Dataset content -
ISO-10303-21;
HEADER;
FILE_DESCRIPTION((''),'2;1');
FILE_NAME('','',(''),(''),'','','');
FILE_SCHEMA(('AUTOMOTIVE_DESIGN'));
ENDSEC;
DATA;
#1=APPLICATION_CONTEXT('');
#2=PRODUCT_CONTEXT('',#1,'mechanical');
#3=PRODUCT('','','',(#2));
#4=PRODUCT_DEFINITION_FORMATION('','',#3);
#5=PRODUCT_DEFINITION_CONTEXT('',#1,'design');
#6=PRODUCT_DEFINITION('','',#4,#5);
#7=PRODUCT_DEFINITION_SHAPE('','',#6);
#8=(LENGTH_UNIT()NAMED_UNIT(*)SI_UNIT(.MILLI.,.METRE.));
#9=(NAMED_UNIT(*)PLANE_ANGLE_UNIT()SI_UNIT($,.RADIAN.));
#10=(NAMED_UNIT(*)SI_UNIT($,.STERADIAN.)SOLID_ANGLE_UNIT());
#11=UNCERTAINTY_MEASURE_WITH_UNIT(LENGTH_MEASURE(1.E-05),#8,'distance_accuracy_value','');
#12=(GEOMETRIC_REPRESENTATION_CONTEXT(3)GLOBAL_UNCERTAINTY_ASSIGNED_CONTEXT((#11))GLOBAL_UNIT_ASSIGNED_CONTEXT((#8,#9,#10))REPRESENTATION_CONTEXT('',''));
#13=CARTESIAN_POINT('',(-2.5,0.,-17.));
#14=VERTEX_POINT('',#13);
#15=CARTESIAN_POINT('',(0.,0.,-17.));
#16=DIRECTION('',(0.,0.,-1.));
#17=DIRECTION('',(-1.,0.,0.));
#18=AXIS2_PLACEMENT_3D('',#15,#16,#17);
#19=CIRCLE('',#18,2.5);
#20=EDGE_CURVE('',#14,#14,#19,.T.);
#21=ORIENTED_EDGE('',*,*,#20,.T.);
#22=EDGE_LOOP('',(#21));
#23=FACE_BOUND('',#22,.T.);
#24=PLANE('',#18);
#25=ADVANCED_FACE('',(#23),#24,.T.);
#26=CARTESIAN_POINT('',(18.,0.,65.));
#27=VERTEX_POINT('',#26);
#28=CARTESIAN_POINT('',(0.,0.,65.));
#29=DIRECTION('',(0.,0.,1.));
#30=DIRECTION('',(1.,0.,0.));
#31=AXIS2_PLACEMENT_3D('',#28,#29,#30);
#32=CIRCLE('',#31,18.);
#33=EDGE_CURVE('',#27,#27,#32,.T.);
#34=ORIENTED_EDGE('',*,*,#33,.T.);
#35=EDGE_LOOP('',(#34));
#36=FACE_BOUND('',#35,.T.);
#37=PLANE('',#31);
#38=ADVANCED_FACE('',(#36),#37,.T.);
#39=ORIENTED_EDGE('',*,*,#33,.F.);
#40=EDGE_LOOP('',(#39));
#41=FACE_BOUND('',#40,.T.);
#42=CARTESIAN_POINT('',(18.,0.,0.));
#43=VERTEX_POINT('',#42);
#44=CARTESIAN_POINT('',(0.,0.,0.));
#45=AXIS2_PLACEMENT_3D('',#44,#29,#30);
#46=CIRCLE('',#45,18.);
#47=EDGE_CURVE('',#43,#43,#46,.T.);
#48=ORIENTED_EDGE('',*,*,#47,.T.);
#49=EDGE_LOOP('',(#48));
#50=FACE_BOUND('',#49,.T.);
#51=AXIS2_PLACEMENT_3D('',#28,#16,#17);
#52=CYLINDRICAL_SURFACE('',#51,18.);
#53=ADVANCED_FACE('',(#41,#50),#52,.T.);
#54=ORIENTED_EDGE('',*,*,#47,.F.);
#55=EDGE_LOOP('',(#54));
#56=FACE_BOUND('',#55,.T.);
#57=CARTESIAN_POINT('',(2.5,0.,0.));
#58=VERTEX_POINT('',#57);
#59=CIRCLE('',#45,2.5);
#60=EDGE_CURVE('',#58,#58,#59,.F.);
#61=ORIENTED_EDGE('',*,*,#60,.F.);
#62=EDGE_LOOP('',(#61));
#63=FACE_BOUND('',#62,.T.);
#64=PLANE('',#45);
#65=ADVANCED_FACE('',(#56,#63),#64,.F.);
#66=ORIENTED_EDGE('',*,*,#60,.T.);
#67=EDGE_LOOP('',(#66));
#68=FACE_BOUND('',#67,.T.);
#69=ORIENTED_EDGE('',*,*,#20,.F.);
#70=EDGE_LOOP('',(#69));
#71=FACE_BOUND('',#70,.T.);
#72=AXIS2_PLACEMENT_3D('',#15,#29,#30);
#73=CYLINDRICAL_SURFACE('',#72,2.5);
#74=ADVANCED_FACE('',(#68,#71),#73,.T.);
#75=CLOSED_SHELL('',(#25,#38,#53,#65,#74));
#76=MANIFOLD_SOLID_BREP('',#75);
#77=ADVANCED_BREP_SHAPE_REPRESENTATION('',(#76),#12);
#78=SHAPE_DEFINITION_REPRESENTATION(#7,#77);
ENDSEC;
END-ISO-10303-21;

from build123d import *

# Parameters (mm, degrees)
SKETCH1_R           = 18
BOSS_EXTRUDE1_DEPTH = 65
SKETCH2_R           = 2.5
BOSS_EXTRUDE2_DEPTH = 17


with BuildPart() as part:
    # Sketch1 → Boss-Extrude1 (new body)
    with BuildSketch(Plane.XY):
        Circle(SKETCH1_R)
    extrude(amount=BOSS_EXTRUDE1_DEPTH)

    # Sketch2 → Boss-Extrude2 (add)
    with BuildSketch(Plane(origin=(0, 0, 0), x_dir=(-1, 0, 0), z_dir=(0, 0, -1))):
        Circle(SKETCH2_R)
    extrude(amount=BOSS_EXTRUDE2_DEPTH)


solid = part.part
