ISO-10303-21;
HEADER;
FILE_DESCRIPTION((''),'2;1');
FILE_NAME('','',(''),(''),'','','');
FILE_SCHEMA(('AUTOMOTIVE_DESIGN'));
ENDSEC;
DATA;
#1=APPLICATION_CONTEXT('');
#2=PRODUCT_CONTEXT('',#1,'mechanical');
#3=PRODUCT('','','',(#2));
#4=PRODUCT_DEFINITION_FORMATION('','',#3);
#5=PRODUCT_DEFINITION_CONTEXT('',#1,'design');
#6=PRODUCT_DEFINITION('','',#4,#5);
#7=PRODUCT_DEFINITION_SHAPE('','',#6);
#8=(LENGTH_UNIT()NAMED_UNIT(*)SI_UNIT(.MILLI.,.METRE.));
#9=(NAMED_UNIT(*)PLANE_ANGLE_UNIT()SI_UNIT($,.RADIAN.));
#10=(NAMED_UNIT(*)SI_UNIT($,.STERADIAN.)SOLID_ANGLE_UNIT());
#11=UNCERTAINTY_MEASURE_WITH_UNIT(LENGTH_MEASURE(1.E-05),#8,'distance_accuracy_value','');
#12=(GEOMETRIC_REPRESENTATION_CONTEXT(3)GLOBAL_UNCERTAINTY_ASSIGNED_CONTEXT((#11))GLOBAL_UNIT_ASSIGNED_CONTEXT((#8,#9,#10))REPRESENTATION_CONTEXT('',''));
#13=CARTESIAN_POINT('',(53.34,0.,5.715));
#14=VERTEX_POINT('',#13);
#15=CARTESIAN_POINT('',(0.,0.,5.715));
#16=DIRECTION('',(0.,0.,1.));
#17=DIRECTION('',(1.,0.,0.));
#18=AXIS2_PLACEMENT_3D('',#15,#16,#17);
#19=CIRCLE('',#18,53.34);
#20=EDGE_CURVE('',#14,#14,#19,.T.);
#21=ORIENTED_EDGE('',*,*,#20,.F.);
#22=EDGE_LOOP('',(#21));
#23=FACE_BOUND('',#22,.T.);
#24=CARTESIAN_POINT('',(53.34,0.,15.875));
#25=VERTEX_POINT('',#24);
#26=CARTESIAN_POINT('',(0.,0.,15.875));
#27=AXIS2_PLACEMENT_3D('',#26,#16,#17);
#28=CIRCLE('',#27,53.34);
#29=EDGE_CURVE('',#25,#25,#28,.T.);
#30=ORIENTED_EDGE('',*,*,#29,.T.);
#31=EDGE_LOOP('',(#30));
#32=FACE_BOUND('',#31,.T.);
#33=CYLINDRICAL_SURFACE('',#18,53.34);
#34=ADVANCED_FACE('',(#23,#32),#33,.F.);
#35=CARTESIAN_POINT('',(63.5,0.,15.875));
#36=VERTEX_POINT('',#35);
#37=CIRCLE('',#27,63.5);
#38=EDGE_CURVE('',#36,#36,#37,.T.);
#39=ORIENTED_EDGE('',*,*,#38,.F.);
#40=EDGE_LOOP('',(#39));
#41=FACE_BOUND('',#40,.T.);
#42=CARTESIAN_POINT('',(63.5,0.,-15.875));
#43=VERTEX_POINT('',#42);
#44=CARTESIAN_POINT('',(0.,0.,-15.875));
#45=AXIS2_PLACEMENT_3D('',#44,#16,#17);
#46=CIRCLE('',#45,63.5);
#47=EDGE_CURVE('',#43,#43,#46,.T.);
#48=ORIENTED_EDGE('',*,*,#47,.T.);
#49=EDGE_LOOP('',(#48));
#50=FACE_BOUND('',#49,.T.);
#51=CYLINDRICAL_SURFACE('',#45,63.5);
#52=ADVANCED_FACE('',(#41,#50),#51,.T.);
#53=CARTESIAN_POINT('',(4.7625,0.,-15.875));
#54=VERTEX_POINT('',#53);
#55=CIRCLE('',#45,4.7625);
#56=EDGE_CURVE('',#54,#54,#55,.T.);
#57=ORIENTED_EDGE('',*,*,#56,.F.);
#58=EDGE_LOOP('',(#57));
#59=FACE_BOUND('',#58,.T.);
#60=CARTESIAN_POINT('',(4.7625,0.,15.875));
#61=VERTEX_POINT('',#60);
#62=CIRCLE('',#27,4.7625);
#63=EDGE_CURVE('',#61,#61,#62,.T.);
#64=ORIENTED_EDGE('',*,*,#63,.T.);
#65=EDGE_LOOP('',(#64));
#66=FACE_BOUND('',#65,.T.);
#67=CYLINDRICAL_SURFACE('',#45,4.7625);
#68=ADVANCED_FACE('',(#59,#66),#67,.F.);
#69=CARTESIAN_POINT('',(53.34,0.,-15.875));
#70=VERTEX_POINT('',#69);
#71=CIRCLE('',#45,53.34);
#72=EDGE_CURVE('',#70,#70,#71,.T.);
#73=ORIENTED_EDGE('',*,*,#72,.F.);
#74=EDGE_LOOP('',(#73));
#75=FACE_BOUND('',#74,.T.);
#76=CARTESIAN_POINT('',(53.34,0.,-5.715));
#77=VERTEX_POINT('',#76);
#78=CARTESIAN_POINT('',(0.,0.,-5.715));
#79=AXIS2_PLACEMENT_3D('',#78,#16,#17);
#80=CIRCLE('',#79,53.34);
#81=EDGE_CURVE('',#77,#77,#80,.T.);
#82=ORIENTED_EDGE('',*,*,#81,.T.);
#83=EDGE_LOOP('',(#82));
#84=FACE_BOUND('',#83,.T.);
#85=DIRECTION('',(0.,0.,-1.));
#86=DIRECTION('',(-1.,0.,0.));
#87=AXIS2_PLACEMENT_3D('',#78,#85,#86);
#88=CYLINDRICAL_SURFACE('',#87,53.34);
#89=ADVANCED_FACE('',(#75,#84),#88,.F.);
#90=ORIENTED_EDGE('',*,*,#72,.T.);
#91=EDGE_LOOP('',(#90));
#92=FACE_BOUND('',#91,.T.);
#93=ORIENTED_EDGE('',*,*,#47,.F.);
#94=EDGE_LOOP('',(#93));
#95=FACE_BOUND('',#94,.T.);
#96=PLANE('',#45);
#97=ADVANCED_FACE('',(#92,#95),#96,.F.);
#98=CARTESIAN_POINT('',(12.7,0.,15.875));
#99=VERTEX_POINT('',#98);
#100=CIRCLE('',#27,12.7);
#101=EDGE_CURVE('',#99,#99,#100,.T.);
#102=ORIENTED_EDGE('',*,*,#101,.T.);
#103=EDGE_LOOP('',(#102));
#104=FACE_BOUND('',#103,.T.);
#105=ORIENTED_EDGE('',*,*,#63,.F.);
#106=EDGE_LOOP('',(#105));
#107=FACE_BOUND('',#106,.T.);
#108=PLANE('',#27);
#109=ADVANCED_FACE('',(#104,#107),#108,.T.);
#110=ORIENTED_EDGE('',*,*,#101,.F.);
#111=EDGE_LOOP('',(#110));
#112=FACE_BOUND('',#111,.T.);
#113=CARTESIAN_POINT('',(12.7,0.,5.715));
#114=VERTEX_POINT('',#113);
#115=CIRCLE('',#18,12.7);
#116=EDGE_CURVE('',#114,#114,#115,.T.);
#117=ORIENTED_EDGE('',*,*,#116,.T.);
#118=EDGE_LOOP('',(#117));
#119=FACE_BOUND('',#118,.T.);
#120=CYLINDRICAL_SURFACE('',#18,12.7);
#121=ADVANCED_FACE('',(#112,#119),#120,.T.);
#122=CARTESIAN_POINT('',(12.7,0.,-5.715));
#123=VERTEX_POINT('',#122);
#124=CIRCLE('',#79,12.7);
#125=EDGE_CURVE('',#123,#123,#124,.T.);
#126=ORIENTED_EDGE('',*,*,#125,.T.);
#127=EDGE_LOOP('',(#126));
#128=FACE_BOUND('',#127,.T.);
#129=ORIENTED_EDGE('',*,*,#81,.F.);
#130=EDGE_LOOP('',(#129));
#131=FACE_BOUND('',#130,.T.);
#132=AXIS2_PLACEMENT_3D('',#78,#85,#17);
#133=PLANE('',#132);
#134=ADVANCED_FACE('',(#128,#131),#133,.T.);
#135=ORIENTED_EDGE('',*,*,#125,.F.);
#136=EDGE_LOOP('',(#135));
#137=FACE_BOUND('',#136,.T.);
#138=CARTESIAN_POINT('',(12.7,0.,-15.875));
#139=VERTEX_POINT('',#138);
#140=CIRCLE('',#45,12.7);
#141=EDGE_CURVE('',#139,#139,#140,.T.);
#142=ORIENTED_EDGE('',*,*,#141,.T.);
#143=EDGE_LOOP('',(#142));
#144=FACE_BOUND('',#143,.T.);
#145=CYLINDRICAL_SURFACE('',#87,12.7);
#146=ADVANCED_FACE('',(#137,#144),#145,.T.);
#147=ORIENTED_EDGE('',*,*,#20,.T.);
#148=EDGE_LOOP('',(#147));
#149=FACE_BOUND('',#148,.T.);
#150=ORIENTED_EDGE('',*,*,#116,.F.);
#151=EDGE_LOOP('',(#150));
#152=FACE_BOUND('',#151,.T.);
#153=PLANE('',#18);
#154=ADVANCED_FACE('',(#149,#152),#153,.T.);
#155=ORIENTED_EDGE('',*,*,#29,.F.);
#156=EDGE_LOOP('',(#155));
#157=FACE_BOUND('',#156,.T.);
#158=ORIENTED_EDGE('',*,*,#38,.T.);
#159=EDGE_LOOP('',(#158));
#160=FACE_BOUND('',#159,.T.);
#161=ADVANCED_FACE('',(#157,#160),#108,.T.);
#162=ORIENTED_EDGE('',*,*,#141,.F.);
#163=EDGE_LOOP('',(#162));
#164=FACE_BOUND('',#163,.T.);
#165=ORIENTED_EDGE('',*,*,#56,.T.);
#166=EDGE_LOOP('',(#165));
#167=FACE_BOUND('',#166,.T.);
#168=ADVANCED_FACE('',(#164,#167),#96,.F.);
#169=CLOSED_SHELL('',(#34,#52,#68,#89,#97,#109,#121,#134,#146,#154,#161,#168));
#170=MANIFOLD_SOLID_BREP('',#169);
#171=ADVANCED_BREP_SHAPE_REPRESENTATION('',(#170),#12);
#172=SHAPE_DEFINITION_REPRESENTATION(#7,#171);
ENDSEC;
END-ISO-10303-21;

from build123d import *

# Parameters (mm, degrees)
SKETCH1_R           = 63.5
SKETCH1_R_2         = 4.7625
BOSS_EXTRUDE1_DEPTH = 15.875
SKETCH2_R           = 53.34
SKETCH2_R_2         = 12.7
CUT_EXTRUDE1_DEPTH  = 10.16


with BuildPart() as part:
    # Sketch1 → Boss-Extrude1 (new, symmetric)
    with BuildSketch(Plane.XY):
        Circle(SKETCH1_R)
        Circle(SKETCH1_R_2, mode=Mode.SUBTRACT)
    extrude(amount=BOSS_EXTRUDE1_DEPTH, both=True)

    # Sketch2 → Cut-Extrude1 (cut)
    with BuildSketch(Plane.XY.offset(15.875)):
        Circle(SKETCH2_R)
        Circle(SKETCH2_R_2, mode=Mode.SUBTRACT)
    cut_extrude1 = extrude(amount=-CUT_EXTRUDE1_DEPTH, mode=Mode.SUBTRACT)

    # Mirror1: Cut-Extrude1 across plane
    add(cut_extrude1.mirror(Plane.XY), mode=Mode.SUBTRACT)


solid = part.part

Work to be completed -
The response must hold only the lines above from the line with "#32=FACE_BOUND('',#31,.T.);" through the line with "#95=FACE_BOUND('',#94,.T.);", each copied exactly, both ends kept.

Exercise answer -
#32=FACE_BOUND('',#31,.T.);
#33=CYLINDRICAL_SURFACE('',#18,53.34);
#34=ADVANCED_FACE('',(#23,#32),#33,.F.);
#35=CARTESIAN_POINT('',(63.5,0.,15.875));
#36=VERTEX_POINT('',#35);
#37=CIRCLE('',#27,63.5);
#38=EDGE_CURVE('',#36,#36,#37,.T.);
#39=ORIENTED_EDGE('',*,*,#38,.F.);
#40=EDGE_LOOP('',(#39));
#41=FACE_BOUND('',#40,.T.);
#42=CARTESIAN_POINT('',(63.5,0.,-15.875));
#43=VERTEX_POINT('',#42);
#44=CARTESIAN_POINT('',(0.,0.,-15.875));
#45=AXIS2_PLACEMENT_3D('',#44,#16,#17);
#46=CIRCLE('',#45,63.5);
#47=EDGE_CURVE('',#43,#43,#46,.T.);
#48=ORIENTED_EDGE('',*,*,#47,.T.);
#49=EDGE_LOOP('',(#48));
#50=FACE_BOUND('',#49,.T.);
#51=CYLINDRICAL_SURFACE('',#45,63.5);
#52=ADVANCED_FACE('',(#41,#50),#51,.T.);
#53=CARTESIAN_POINT('',(4.7625,0.,-15.875));
#54=VERTEX_POINT('',#53);
#55=CIRCLE('',#45,4.7625);
#56=EDGE_CURVE('',#54,#54,#55,.T.);
#57=ORIENTED_EDGE('',*,*,#56,.F.);
#58=EDGE_LOOP('',(#57));
#59=FACE_BOUND('',#58,.T.);
#60=CARTESIAN_POINT('',(4.7625,0.,15.875));
#61=VERTEX_POINT('',#60);
#62=CIRCLE('',#27,4.7625);
#63=EDGE_CURVE('',#61,#61,#62,.T.);
#64=ORIENTED_EDGE('',*,*,#63,.T.);
#65=EDGE_LOOP('',(#64));
#66=FACE_BOUND('',#65,.T.);
#67=CYLINDRICAL_SURFACE('',#45,4.7625);
#68=ADVANCED_FACE('',(#59,#66),#67,.F.);
#69=CARTESIAN_POINT('',(53.34,0.,-15.875));
#70=VERTEX_POINT('',#69);
#71=CIRCLE('',#45,53.34);
#72=EDGE_CURVE('',#70,#70,#71,.T.);
#73=ORIENTED_EDGE('',*,*,#72,.F.);
#74=EDGE_LOOP('',(#73));
#75=FACE_BOUND('',#74,.T.);
#76=CARTESIAN_POINT('',(53.34,0.,-5.715));
#77=VERTEX_POINT('',#76);
#78=CARTESIAN_POINT('',(0.,0.,-5.715));
#79=AXIS2_PLACEMENT_3D('',#78,#16,#17);
#80=CIRCLE('',#79,53.34);
#81=EDGE_CURVE('',#77,#77,#80,.T.);
#82=ORIENTED_EDGE('',*,*,#81,.T.);
#83=EDGE_LOOP('',(#82));
#84=FACE_BOUND('',#83,.T.);
#85=DIRECTION('',(0.,0.,-1.));
#86=DIRECTION('',(-1.,0.,0.));
#87=AXIS2_PLACEMENT_3D('',#78,#85,#86);
#88=CYLINDRICAL_SURFACE('',#87,53.34);
#89=ADVANCED_FACE('',(#75,#84),#88,.F.);
#90=ORIENTED_EDGE('',*,*,#72,.T.);
#91=EDGE_LOOP('',(#90));
#92=FACE_BOUND('',#91,.T.);
#93=ORIENTED_EDGE('',*,*,#47,.F.);
#94=EDGE_LOOP('',(#93));
#95=FACE_BOUND('',#94,.T.);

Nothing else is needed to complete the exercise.